We wanted to understand if data communicators found value in this approach, and how the "DataTales way" of creating stories may support or hinder their authoring practices. We thus invited 20 data professionals, including content writers, project managers, Tableau visionaries, and Tableau customers, to try out DataTales and provide feedback. Eleven of them also used DataTales in the context of a data story authoring task, giving us a concrete understanding of how DataTales may fit into authoring workflows.

Despite the early proof-of-concept state of the tool, feedback was very positive and suggests DataTales may help data communicators in multiple stages of the authoring process. While very few generated stories were used as-is, they provided ideas and starting points to help authors kickstart their own stories and overcome writer's block. Many folks we interviewed reported on the communication burden they faced in their organizations, with different stakeholders wanting different perspectives from the same set of dashboards which demanded personalized feedback and support. Communicators believed a tool like DataTales could help them significantly expedite the more routine data communication work that takes up so much of their time.
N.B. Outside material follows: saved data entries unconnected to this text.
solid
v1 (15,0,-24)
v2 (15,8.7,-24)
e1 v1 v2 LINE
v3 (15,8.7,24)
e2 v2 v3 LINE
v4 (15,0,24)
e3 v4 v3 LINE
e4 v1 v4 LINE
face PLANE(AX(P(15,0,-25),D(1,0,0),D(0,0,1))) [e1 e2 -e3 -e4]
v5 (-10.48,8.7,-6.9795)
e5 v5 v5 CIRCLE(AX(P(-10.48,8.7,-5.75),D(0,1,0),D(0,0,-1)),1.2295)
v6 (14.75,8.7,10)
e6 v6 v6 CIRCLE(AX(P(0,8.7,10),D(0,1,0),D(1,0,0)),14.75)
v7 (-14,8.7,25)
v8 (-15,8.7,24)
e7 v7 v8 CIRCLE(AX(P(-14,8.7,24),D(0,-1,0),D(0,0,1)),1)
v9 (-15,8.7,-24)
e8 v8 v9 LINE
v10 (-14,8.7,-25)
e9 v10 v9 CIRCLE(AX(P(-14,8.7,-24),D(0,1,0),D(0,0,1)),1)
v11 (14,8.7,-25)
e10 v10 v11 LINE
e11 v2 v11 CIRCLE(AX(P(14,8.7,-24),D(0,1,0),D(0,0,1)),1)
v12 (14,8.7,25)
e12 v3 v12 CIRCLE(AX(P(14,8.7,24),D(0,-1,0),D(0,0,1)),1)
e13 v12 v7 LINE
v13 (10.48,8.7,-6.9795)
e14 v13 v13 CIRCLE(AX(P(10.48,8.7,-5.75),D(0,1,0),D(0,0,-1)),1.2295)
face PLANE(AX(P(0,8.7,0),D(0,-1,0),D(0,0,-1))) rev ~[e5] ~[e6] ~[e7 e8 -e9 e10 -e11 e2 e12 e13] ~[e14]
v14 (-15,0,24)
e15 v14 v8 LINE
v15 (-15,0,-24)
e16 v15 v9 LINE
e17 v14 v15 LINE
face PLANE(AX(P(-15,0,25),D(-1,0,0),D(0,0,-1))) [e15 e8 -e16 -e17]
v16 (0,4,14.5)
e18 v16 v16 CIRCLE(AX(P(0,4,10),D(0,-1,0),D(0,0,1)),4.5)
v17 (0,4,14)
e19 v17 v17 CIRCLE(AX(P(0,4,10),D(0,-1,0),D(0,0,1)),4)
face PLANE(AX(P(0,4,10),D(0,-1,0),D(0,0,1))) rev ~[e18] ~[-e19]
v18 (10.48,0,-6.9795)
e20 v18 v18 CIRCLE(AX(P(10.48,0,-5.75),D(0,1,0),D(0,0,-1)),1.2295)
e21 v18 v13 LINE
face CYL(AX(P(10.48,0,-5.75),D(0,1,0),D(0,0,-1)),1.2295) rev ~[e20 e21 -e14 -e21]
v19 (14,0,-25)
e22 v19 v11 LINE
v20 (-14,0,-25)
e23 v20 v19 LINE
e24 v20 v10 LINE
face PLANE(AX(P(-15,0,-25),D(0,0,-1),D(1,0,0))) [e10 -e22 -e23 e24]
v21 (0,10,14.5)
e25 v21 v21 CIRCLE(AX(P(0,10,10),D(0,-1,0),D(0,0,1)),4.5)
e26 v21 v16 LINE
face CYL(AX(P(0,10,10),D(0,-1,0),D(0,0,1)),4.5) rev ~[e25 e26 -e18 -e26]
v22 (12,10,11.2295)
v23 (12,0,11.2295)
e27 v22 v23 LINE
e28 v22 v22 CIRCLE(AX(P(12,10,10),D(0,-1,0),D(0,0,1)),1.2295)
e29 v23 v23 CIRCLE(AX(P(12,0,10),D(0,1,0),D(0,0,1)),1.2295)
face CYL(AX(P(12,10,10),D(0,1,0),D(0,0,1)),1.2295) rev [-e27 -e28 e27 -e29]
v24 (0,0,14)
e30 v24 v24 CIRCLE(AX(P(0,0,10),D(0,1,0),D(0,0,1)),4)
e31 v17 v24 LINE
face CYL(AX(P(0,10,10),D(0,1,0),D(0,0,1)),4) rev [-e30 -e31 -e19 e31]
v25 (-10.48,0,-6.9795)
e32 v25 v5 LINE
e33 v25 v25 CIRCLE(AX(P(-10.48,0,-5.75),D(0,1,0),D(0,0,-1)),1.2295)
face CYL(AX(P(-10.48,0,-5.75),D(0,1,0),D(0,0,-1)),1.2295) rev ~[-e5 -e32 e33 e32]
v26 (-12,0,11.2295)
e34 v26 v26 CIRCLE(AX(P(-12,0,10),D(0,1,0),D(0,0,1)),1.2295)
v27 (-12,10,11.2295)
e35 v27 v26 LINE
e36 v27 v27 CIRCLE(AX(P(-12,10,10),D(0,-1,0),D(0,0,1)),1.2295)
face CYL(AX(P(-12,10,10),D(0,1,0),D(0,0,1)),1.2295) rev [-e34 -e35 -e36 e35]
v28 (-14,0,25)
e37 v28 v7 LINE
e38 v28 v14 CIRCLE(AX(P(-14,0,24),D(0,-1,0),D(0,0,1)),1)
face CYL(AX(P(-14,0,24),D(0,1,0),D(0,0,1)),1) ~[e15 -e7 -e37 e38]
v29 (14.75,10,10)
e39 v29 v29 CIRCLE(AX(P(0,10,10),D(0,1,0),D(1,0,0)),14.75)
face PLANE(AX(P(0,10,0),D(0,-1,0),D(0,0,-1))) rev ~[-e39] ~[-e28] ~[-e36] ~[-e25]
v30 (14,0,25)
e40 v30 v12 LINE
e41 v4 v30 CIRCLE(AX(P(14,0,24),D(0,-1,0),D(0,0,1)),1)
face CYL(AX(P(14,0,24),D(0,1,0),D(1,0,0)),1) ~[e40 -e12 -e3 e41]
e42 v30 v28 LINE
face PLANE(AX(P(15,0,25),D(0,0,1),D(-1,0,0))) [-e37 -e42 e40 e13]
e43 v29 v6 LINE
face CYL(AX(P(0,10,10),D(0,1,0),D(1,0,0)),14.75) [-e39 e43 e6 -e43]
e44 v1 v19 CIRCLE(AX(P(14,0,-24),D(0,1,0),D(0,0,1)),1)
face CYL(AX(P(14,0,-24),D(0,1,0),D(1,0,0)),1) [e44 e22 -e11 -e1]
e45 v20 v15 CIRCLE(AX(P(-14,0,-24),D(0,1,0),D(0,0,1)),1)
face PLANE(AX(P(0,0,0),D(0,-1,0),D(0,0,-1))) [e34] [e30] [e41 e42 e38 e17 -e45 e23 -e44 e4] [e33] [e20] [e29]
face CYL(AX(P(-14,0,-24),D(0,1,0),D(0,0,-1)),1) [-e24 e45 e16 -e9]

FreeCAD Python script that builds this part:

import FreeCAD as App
import Part
import Sketcher

V = App.Vector
Q = App.Units.Quantity


def edges_at(feature, points):
    """Names of the edges that pass closest to the given points."""
    edges = feature.Shape.Edges
    near = lambda p: min(range(len(edges)), key=lambda i: edges[i].distToShape(Part.Vertex(*p))[0])
    return sorted({f"Edge{near(p) + 1}" for p in points})

doc = App.newDocument("Part")
body = doc.addObject("PartDesign::Body", "Body")

# Sketch on XZ plane
sketch1 = body.newObject("Sketcher::SketchObject", "Sketch")
sketch1.AttachmentSupport = (doc.getObject("XZ_Plane"), [""])
sketch1.MapMode = "FlatFace"
sketch1.addGeometry([
    Part.LineSegment(V(-15, -25, 0), V(15, -25, 0)),
    Part.LineSegment(V(15, -25, 0), V(15, 25, 0)),
    Part.LineSegment(V(15, 25, 0), V(-15, 25, 0)),
    Part.LineSegment(V(-15, 25, 0), V(-15, -25, 0)),
], False)
sketch1.addConstraint([
    Sketcher.Constraint("Coincident", 0, 2, 1, 1),
    Sketcher.Constraint("Coincident", 1, 2, 2, 1),
    Sketcher.Constraint("Coincident", 2, 2, 3, 1),
    Sketcher.Constraint("Coincident", 3, 2, 0, 1),
    Sketcher.Constraint("Horizontal", 0),
    Sketcher.Constraint("Vertical", 1),
    Sketcher.Constraint("Horizontal", 2),
    Sketcher.Constraint("Vertical", 3),
    Sketcher.Constraint("Symmetric", 0, 2, 2, 2, -1, 1),
    Sketcher.Constraint("DistanceX", 0, 1, 0, 2, Q("30 mm")),
    Sketcher.Constraint("DistanceY", 1, 1, 1, 2, Q("50 mm")),
])
pad1 = body.newObject("PartDesign::Pad", "Pad")
pad1.Profile = sketch1
pad1.Length = 10
pad1.Reversed = True

# Sketch on XZ plane
sketch2 = body.newObject("Sketcher::SketchObject", "Sketch001")
sketch2.AttachmentSupport = (doc.getObject("XZ_Plane"), [""])
sketch2.MapMode = "FlatFace"
sketch2.AttachmentOffset = App.Placement(V(0, 0, -10), App.Rotation())
sketch2.addGeometry(Part.Circle(V(0, 10, 0), V(0, 0, 1), 4), False)
sketch2.addConstraint([
    Sketcher.Constraint("PointOnObject", 0, 3, -2),
    Sketcher.Constraint("Diameter", 0, Q("8 mm")),
    Sketcher.Constraint("DistanceY", -1, 1, 0, 3, Q("10 mm")),
])
doc.recompute()
hole = body.newObject("PartDesign::Hole", "Hole")
hole.Profile = sketch2
hole.ThreadType = "None"
hole.Diameter = 8
hole.DepthType = "ThroughAll"
hole.HoleCutType = "Counterbore"
hole.HoleCutDiameter = 9
hole.HoleCutDepth = 6
hole.Reversed = True

# Sketch on XZ plane
sketch3 = body.newObject("Sketcher::SketchObject", "Sketch002")
sketch3.AttachmentSupport = (doc.getObject("XZ_Plane"), [""])
sketch3.MapMode = "FlatFace"
sketch3.AttachmentOffset = App.Placement(V(0, 0, -10), App.Rotation())
sketch3.addGeometry([
    Part.LineSegment(V(15, -25, 0), V(-15, -25, 0)),  # 0
    Part.LineSegment(V(-15, -25, 0), V(-15, 25, 0)),  # 1
    Part.LineSegment(V(-15, 25, 0), V(15, 25, 0)),  # 2
    Part.LineSegment(V(15, 25, 0), V(15, -25, 0)),  # 3
    Part.Circle(V(0, 10, 0), V(0, 0, 1), 15),  # 4
], False)
sketch3.addConstraint([
    Sketcher.Constraint("Coincident", 0, 2, 1, 1),
    Sketcher.Constraint("Coincident", 1, 2, 2, 1),
    Sketcher.Constraint("Coincident", 2, 2, 3, 1),
    Sketcher.Constraint("Coincident", 3, 2, 0, 1),
    Sketcher.Constraint("Horizontal", 0),
    Sketcher.Constraint("Vertical", 1),
    Sketcher.Constraint("Horizontal", 2),
    Sketcher.Constraint("Vertical", 3),
    Sketcher.Constraint("Symmetric", 0, 2, 2, 2, -1, 1),
    Sketcher.Constraint("PointOnObject", 4, 3, -2),
    Sketcher.Constraint("Diameter", 4, Q("29.5 mm")),
    Sketcher.Constraint("DistanceX", 0, 2, 0, 1, Q("30 mm")),
    Sketcher.Constraint("DistanceY", 1, 1, 1, 2, Q("50 mm")),
    Sketcher.Constraint("DistanceY", -1, 1, 4, 3, Q("10 mm")),
])
pocket1 = body.newObject("PartDesign::Pocket", "Pocket")
pocket1.Profile = sketch3
pocket1.Length = 1.3
pocket1.Reversed = True
doc.recompute()

fillet = body.newObject("PartDesign::Fillet", "Fillet")
fillet.Base = (pocket1, edges_at(pocket1, [
    (-15, 4.35, 25),
    (15, 4.35, 25),
    (15, 4.35, -25),
    (-15, 4.35, -25),
]))
fillet.Radius = 1

# Sketch on XZ plane
sketch4 = body.newObject("Sketcher::SketchObject", "Sketch003")
sketch4.AttachmentSupport = (doc.getObject("XZ_Plane"), [""])
sketch4.MapMode = "FlatFace"
sketch4.AttachmentOffset = App.Placement(V(0, 0, -10), App.Rotation())
sketch4.addGeometry(Part.Circle(V(-12, 10, 0), V(0, 0, 1), 1.2), False)
sketch4.addConstraint([
    Sketcher.Constraint("Diameter", 0, Q("2.459 mm")),
    Sketcher.Constraint("DistanceX", 0, 3, -1, 1, Q("12 mm")),
    Sketcher.Constraint("DistanceY", -1, 1, 0, 3, Q("10 mm")),
])
doc.recompute()
hole2 = body.newObject("PartDesign::Hole", "Hole001")
hole2.Profile = sketch4
hole2.ThreadType = "None"
hole2.Diameter = 2.459
hole2.DepthType = "ThroughAll"
hole2.Reversed = True

# Sketch on XZ plane
sketch5 = body.newObject("Sketcher::SketchObject", "Sketch004")
sketch5.AttachmentSupport = (doc.getObject("XZ_Plane"), [""])
sketch5.MapMode = "FlatFace"
sketch5.AttachmentOffset = App.Placement(V(0, 0, -10), App.Rotation())
sketch5.addGeometry(Part.Circle(V(12, 10, 0), V(0, 0, 1), 1.2), False)
sketch5.addConstraint([
    Sketcher.Constraint("Diameter", 0, Q("2.459 mm")),
    Sketcher.Constraint("DistanceX", -1, 1, 0, 3, Q("12 mm")),
    Sketcher.Constraint("DistanceY", -1, 1, 0, 3, Q("10 mm")),
])
doc.recompute()
hole3 = body.newObject("PartDesign::Hole", "Hole002")
hole3.Profile = sketch5
hole3.ThreadType = "None"
hole3.Diameter = 2.459
hole3.DepthType = "ThroughAll"
hole3.Reversed = True

# Sketch on XZ plane
sketch6 = body.newObject("Sketcher::SketchObject", "Sketch005")
sketch6.AttachmentSupport = (doc.getObject("XZ_Plane"), [""])
sketch6.MapMode = "FlatFace"
sketch6.addGeometry(Part.Circle(V(10.5, -5.8, 0), V(0, 0, 1), 1.2), False)
sketch6.addConstraint([
    Sketcher.Constraint("Diameter", 0, Q("2.459 mm")),
    Sketcher.Constraint("DistanceX", -1, 1, 0, 3, Q("10.48 mm")),
    Sketcher.Constraint("DistanceY", 0, 3, -1, 1, Q("5.75 mm")),
])
doc.recompute()
hole4 = body.newObject("PartDesign::Hole", "Hole003")
hole4.Profile = sketch6
hole4.ThreadType = "None"
hole4.Diameter = 2.459
hole4.DepthType = "Dimension"
hole4.Depth = 15
hole4.DrillPoint = "Flat"

# Sketch on XZ plane
sketch7 = body.newObject("Sketcher::SketchObject", "Sketch006")
sketch7.AttachmentSupport = (doc.getObject("XZ_Plane"), [""])
sketch7.MapMode = "FlatFace"
sketch7.addGeometry(Part.Circle(V(-10.5, -5.8, 0), V(0, 0, 1), 1.2), False)
sketch7.addConstraint([
    Sketcher.Constraint("Diameter", 0, Q("2.459 mm")),
    Sketcher.Constraint("DistanceX", 0, 3, -1, 1, Q("10.48 mm")),
    Sketcher.Constraint("DistanceY", 0, 3, -1, 1, Q("5.75 mm")),
])
doc.recompute()
hole5 = body.newObject("PartDesign::Hole", "Hole004")
hole5.Profile = sketch7
hole5.ThreadType = "None"
hole5.Diameter = 2.459
hole5.DepthType = "Dimension"
hole5.Depth = 15
hole5.DrillPoint = "Flat"

doc.recompute()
A surprising, unintended benefit of the tool was that it actually encouraged authors to reflect more deeply about their data. The addition of external historical and cultural context and other higher-level insights into the stories provided new framings that authors did not consider in their initial analysis.  The chart annotation mechanics played an important role here, as their ease of use made it possible for authors to generate multiple story versions at a time. In a way, DataTales supported not only data story authoring but also data exploration and analysis, by nudging authors to go back to their data and consider additional insights.

What's next?

DataTales showcased a promising example of how large language models can be incorporated into authoring workflows in an intuitive way. However, we are still left with many open challenges on the overall impact of using generative AI technologies in everyday tasks. Important questions such as how to mitigate bias from generated content to seep into author's stories, and how to empower authors with greater critical thinking and data literacy skills to better guard against auto generated misinformation are challenging but essential problems to consider.